The discussions that I have had so far have been primarily about income tax volatility and permissions relating to the Scottish national investment bank. However, the committee will understand that the current constraints on the drawdown limit and the borrowing limits will inadvertently affect the bank too, which is why I have tried to engage with the Treasury on that matter. I do not think that the answer is no, so I am continuing to engage with it as constructively as I can.
In a letter to the committee of 30 May, about personal allowance policy spillovers, the UK Treasury accepted that
“the above-inflation increase to the personal allowance”
“constituted a change to the policy”
and that it was
“considering the Scottish Government’s analysis of this issue.”
It went on to say:
“If the Scottish Government and HM Treasury agree on the methodological approach, we will consider if any transfer of funding ... Is due for these years.”
Where has that got to?
That Chief Secretary to the Treasury has been moved on and I now have a new one to deal with, who is considering the information that the Scottish Government has presented. I do not yet have any conclusion from the Treasury, because it is still considering the matter.

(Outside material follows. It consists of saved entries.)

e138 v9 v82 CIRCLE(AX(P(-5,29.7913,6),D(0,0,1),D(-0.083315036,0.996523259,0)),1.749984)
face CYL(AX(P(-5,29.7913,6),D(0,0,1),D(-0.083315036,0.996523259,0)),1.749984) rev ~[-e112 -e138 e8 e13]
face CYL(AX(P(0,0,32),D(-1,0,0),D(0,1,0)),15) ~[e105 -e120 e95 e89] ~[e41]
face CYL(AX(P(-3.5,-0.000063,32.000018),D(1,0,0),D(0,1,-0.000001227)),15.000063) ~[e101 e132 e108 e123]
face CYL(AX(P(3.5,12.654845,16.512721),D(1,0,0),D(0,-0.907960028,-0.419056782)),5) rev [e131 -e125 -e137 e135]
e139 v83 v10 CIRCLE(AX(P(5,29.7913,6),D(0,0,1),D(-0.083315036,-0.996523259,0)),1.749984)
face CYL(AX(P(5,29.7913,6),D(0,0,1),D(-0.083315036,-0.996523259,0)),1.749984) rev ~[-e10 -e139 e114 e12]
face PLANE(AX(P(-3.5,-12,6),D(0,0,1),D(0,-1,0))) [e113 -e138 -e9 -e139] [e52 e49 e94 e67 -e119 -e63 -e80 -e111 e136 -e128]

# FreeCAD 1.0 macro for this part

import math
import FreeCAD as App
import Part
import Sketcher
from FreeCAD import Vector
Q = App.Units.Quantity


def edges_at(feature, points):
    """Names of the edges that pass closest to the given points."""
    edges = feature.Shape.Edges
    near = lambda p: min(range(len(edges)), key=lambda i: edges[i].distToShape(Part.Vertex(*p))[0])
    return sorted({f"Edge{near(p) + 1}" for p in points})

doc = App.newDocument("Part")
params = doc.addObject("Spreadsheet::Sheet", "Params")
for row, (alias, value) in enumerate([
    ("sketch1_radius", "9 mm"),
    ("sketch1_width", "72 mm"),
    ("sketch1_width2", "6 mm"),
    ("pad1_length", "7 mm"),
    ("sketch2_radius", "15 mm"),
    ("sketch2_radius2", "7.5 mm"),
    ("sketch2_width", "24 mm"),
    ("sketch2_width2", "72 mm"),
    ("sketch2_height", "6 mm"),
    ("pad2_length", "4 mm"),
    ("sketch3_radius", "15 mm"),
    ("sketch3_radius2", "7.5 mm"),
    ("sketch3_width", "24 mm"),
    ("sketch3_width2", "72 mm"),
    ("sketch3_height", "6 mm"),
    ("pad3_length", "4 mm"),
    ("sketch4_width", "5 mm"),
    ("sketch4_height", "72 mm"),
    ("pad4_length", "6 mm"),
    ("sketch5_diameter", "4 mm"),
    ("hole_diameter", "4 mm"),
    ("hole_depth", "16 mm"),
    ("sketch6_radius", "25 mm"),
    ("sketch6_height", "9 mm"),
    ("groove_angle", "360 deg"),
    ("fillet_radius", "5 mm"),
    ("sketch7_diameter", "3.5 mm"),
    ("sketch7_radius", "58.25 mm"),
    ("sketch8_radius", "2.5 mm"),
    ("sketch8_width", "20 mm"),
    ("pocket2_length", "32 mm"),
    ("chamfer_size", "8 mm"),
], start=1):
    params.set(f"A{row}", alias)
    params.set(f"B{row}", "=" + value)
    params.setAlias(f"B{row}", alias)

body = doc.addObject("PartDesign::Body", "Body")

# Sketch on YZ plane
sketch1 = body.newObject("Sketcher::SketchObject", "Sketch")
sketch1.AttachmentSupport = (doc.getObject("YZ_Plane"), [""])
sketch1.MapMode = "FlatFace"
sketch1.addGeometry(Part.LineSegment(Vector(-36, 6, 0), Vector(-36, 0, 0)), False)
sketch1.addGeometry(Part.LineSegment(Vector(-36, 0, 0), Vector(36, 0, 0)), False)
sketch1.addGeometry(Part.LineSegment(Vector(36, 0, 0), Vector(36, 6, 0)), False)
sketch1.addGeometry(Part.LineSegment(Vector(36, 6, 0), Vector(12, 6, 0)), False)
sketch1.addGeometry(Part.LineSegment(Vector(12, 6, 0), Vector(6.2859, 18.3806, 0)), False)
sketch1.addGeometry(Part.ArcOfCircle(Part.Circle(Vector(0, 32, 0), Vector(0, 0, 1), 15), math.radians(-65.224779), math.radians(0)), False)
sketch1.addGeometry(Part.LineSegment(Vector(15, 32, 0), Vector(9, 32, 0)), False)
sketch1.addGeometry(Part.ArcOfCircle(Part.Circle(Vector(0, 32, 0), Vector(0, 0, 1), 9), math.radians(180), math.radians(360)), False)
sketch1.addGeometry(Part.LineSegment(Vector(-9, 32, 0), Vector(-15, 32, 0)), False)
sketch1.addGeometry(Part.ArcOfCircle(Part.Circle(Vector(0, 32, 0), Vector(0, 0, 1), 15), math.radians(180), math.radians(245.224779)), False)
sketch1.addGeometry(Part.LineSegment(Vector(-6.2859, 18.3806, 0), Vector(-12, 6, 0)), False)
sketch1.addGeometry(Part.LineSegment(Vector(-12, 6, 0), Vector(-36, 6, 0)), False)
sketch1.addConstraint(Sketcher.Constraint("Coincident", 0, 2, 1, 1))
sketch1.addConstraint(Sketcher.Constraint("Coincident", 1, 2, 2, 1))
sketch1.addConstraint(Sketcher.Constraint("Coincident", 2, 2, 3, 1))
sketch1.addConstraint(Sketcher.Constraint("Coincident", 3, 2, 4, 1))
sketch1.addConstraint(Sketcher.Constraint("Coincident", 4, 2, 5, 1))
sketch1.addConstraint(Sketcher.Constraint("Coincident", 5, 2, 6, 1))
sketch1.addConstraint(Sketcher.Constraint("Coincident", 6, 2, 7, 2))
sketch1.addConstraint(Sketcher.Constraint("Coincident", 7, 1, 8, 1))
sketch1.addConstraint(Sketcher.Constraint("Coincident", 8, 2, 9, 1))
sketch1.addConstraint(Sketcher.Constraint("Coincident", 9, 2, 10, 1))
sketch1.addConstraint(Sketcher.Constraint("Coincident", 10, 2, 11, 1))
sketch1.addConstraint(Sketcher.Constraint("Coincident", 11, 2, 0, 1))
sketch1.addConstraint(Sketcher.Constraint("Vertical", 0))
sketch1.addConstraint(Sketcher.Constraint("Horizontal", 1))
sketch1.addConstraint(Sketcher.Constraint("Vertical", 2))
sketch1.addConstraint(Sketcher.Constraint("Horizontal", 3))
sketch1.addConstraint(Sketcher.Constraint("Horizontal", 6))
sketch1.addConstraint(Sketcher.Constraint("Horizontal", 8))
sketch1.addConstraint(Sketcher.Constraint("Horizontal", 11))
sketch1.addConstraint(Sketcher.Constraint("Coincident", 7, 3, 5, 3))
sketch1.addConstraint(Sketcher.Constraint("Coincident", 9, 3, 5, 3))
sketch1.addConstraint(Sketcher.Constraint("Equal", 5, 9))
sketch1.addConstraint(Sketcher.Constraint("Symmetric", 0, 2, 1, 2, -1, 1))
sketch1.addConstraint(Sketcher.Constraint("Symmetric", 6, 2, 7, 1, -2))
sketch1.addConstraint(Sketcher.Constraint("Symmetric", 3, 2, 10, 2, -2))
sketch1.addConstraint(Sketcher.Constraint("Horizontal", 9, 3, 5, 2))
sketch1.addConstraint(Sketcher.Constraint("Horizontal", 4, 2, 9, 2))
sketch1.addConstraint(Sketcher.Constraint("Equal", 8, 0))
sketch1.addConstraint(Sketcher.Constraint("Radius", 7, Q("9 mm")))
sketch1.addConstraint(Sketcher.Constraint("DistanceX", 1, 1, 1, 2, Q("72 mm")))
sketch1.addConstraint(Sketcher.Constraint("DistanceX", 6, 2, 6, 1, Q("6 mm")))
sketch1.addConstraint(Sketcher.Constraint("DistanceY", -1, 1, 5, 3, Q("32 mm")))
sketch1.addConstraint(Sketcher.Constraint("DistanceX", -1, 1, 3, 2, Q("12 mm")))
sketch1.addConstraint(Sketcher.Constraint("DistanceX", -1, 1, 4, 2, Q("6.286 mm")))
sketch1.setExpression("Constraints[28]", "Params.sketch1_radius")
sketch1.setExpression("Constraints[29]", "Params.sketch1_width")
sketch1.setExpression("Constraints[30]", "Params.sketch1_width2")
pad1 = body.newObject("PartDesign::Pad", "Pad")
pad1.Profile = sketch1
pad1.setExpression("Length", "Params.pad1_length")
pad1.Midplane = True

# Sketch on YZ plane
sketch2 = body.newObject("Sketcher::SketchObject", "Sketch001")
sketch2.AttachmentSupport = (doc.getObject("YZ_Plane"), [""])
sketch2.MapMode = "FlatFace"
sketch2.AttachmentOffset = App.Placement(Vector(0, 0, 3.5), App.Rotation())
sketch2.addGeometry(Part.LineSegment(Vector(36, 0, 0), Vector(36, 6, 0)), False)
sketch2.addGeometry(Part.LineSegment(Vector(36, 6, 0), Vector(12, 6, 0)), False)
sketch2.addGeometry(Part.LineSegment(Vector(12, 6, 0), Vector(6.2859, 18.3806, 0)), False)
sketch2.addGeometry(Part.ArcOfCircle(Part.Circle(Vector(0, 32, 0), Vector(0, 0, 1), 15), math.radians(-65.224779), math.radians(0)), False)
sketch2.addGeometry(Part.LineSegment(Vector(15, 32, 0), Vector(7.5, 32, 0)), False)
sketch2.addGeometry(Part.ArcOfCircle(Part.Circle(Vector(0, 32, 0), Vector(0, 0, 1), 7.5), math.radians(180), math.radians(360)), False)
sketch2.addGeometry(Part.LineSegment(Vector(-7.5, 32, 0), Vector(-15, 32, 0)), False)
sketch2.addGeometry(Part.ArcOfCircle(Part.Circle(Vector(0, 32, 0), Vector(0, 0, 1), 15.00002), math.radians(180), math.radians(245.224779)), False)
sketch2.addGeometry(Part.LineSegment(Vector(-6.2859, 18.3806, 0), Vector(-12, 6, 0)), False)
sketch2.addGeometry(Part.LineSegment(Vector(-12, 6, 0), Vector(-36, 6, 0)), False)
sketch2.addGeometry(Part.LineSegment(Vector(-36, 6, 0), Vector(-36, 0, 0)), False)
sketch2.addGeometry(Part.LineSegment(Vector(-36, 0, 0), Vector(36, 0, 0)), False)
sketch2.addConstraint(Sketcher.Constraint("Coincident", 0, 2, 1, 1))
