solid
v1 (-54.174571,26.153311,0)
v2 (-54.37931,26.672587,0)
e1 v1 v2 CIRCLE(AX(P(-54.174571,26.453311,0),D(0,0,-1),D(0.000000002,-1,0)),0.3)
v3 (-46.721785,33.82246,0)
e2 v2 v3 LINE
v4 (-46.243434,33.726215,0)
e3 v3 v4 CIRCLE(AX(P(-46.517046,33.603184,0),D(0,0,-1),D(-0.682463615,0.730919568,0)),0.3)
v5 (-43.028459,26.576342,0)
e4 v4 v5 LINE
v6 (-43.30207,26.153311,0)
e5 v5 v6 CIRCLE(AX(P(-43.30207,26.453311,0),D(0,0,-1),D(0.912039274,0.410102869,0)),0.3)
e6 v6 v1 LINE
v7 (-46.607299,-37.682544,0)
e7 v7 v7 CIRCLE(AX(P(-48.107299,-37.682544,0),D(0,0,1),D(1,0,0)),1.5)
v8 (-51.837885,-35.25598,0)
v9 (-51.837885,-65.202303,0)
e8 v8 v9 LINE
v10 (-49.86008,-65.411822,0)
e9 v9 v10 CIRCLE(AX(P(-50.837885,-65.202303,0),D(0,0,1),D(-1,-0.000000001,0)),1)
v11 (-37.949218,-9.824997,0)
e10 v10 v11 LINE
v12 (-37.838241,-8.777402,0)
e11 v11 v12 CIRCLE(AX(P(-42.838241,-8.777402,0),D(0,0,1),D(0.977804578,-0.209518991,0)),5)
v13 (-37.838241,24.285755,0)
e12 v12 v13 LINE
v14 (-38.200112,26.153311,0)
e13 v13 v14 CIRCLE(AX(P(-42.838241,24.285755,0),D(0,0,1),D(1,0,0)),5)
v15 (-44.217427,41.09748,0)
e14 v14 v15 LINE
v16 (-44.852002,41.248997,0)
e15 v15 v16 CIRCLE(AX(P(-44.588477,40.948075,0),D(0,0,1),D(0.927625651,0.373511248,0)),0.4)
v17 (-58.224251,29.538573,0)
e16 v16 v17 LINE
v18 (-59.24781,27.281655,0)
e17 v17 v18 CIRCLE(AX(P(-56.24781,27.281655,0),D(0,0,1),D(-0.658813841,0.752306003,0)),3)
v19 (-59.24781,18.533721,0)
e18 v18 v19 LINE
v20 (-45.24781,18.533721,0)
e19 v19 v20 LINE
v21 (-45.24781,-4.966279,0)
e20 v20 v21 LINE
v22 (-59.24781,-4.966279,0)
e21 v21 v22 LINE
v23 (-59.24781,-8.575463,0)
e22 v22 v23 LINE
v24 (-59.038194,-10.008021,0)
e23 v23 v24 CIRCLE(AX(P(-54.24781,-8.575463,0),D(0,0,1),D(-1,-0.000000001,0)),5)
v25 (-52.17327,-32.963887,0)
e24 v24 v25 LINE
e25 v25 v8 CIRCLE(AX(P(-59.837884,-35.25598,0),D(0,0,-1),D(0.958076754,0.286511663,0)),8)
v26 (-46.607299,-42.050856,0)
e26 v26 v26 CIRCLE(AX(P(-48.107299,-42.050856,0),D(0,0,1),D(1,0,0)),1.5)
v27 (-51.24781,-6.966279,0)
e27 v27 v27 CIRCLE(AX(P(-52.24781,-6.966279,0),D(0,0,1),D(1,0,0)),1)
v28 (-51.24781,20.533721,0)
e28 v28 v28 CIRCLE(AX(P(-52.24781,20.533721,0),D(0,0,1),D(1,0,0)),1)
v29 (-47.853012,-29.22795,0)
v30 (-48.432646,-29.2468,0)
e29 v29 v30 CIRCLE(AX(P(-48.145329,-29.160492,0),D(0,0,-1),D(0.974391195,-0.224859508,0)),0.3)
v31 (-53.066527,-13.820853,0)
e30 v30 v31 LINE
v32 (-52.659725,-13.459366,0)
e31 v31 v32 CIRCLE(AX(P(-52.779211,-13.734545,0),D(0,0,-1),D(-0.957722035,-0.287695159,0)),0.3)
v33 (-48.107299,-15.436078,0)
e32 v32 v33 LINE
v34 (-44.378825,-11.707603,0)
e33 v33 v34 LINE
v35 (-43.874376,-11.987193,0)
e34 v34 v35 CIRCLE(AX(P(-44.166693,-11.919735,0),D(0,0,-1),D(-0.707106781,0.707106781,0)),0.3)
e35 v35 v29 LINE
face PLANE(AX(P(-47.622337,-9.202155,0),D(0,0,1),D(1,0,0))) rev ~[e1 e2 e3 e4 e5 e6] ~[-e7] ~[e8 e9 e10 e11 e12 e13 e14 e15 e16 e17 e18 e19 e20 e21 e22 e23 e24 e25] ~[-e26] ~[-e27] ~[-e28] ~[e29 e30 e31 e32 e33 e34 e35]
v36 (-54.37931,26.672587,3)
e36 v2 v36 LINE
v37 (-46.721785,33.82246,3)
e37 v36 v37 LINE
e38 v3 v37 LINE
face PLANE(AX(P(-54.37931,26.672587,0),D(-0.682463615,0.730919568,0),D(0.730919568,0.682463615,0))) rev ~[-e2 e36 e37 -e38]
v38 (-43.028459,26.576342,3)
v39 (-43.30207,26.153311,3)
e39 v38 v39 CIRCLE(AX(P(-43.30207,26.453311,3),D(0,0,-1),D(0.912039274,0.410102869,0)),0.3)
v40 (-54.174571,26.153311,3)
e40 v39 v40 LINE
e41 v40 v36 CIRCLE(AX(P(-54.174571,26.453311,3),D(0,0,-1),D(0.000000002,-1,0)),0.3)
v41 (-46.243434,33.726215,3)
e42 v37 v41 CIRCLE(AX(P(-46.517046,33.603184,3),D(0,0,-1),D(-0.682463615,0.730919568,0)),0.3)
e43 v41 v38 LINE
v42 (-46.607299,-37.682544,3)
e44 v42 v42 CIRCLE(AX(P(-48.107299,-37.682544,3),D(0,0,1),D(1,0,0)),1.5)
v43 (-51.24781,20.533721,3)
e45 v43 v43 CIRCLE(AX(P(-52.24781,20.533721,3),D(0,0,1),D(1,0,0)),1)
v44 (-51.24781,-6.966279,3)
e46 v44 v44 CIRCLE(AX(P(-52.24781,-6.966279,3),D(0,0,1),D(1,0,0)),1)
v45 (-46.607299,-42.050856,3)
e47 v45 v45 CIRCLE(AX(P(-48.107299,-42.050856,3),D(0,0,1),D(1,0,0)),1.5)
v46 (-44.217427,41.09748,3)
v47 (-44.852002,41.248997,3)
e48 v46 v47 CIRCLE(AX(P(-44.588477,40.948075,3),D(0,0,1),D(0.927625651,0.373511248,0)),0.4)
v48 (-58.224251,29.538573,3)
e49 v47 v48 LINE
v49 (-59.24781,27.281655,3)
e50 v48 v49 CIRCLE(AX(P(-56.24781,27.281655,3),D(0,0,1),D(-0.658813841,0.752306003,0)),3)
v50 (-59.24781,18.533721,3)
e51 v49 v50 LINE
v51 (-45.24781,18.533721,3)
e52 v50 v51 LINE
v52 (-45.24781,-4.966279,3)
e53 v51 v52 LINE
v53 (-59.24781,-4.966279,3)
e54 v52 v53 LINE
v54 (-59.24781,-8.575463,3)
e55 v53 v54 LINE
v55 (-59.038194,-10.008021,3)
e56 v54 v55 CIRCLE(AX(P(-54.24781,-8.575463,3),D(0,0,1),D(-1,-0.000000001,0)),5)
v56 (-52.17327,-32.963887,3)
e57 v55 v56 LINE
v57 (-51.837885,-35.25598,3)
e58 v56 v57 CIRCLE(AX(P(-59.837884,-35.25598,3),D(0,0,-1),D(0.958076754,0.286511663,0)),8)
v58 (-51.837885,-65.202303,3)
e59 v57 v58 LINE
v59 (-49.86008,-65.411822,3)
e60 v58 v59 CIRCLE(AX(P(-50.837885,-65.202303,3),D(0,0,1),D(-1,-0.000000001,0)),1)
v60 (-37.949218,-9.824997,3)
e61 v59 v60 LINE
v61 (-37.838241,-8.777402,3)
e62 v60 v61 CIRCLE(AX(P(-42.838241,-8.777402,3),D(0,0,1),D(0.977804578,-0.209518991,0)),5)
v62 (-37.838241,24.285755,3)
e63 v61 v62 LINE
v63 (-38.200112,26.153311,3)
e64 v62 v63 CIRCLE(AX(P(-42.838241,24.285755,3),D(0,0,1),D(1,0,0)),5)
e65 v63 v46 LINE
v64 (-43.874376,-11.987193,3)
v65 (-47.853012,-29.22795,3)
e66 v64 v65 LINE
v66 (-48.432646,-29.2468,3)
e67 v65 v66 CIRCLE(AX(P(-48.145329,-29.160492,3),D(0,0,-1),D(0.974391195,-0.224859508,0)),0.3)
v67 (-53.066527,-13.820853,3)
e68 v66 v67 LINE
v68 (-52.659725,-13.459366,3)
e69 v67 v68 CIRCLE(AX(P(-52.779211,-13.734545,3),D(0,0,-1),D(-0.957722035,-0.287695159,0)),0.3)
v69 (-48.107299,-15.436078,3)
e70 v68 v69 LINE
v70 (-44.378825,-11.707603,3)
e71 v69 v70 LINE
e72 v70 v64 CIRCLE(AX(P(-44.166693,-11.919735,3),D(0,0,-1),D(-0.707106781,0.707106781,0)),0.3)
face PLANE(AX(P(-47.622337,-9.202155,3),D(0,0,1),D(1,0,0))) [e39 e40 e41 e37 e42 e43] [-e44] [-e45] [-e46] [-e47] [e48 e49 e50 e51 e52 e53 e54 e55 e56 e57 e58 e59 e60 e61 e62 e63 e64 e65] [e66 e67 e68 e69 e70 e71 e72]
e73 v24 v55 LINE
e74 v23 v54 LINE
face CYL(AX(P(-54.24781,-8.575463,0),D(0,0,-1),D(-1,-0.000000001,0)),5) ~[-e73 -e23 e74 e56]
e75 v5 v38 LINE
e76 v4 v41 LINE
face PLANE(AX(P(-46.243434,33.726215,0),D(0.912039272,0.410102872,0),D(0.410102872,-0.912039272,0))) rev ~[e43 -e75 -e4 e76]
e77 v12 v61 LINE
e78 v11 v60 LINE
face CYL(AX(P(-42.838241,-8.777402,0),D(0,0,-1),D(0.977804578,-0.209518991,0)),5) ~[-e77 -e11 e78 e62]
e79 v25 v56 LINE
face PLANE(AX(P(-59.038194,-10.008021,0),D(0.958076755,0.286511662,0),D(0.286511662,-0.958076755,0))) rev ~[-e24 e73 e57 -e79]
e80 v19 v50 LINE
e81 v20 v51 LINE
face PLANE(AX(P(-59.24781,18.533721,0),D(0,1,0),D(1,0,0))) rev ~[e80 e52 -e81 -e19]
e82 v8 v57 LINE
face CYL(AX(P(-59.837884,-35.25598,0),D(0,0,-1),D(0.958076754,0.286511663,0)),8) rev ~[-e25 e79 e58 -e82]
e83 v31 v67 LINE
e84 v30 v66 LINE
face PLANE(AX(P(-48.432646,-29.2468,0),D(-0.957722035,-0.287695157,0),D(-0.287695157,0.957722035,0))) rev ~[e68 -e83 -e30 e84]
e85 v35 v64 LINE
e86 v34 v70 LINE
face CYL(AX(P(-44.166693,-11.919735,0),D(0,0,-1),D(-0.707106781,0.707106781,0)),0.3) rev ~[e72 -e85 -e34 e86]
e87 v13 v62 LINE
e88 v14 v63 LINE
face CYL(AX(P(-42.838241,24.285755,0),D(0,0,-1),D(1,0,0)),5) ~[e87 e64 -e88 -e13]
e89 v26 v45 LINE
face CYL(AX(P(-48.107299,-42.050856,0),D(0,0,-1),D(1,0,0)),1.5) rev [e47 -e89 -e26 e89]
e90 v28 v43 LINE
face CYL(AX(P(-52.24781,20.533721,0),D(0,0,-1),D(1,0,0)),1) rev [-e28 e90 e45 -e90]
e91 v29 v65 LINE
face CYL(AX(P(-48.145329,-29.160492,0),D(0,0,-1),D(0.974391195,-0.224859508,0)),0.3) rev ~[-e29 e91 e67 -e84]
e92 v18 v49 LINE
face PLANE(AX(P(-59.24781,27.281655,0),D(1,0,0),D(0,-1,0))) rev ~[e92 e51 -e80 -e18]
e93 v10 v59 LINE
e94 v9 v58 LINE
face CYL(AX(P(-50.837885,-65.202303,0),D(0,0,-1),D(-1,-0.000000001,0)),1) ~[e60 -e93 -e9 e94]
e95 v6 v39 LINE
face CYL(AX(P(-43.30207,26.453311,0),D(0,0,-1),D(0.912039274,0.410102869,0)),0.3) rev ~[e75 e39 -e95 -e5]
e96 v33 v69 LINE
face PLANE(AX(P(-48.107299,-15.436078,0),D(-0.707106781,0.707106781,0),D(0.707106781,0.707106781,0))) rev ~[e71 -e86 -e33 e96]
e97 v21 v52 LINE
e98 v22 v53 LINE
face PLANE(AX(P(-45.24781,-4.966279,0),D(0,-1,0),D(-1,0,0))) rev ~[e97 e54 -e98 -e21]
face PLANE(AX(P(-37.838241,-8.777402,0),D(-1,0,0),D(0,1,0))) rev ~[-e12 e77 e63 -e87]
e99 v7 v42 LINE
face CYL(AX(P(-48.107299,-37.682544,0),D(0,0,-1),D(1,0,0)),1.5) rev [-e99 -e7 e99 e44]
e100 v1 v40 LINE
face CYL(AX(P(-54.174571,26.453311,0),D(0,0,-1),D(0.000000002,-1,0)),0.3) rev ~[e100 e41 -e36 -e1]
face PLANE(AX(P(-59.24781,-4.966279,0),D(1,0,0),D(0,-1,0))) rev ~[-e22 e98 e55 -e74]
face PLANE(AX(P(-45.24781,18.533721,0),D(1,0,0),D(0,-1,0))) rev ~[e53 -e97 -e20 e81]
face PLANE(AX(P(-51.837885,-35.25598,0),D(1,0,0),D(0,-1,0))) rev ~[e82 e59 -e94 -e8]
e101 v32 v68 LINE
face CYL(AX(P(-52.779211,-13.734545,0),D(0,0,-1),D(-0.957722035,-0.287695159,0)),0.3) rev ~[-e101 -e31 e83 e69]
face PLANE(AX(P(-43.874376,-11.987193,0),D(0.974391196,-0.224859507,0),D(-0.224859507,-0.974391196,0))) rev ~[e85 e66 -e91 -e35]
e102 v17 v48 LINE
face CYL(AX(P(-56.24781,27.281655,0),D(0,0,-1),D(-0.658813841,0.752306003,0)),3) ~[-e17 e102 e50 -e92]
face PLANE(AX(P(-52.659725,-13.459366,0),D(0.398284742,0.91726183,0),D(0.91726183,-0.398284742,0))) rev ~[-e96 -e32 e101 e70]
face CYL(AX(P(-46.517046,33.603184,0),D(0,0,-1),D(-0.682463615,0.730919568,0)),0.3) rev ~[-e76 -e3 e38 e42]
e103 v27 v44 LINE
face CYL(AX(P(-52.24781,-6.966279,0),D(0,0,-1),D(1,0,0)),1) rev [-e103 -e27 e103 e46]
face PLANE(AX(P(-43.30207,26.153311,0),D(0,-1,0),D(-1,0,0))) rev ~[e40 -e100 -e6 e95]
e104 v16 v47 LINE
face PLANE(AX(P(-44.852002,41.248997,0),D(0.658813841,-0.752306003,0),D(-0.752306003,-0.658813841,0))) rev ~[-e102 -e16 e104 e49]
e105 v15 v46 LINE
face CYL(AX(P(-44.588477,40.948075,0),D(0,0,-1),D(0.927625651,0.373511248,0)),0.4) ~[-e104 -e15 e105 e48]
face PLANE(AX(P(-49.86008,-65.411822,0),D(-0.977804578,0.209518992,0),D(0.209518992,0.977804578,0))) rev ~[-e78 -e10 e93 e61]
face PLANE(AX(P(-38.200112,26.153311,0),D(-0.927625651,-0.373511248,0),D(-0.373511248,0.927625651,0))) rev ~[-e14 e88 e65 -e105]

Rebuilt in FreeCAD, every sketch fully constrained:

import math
import FreeCAD as App
import Part
import Sketcher

doc = App.newDocument("Part")
body = doc.addObject("PartDesign::Body", "Body")

sketch1 = body.newObject("Sketcher::SketchObject", "Sketch")
sketch1.AttachmentSupport = (doc.getObject("XY_Plane"), [""])
sketch1.MapMode = "FlatFace"
sketch1.addGeometry(Part.LineSegment(App.Vector(-59.24781, 18.533721, 0), App.Vector(-45.24781, 18.533721, 0)), False)
sketch1.addGeometry(Part.LineSegment(App.Vector(-45.24781, 18.533721, 0), App.Vector(-45.24781, -4.966279, 0)), False)
sketch1.addGeometry(Part.LineSegment(App.Vector(-45.24781, -4.966279, 0), App.Vector(-59.24781, -4.966279, 0)), False)
sketch1.addGeometry(Part.LineSegment(App.Vector(-59.24781, -4.966279, 0), App.Vector(-59.24781, -8.575463, 0)), False)
sketch1.addGeometry(Part.ArcOfCircle(Part.Circle(App.Vector(-54.24781, -8.575463, 0), App.Vector(0, 0, 1), 5), math.radians(-180), math.radians(-163.350771)), False)
sketch1.addGeometry(Part.LineSegment(App.Vector(-59.038194, -10.008021, 0), App.Vector(-52.17327, -32.963887, 0)), False)
sketch1.addGeometry(Part.ArcOfCircle(Part.Circle(App.Vector(-59.837884, -35.25598, 0), App.Vector(0, 0, 1), 8), math.radians(0), math.radians(16.649229)), False)
sketch1.addGeometry(Part.LineSegment(App.Vector(-51.837885, -35.25598, 0), App.Vector(-51.837885, -65.202303, 0)), False)
sketch1.addGeometry(Part.ArcOfCircle(Part.Circle(App.Vector(-50.837885, -65.202303, 0), App.Vector(0, 0, 1), 1), math.radians(-180), math.radians(-12.094165)), False)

That has been going on for some time now, though.
Indeed it has. We have been pursuing the Treasury in that time. I have to say that at my first face-to-face meeting with the new Chief Secretary to the Treasury, I was quite frustrated. In fairness, he was catching up with his brief, as only three weeks had passed since his appointment. I did make efforts to engage with him early on, but it is clear that we need progress on all those matters. I accept that the UK Government is incredibly busy right now—as we all are—but we need a satisfactory conclusion to give us certainty as we move forward.
I thank the cabinet secretary and his officials for giving evidence.
At the start of the meeting, we agreed to take the next agenda item in private, which we will now do.11:02 Meeting continued in private until 11:28.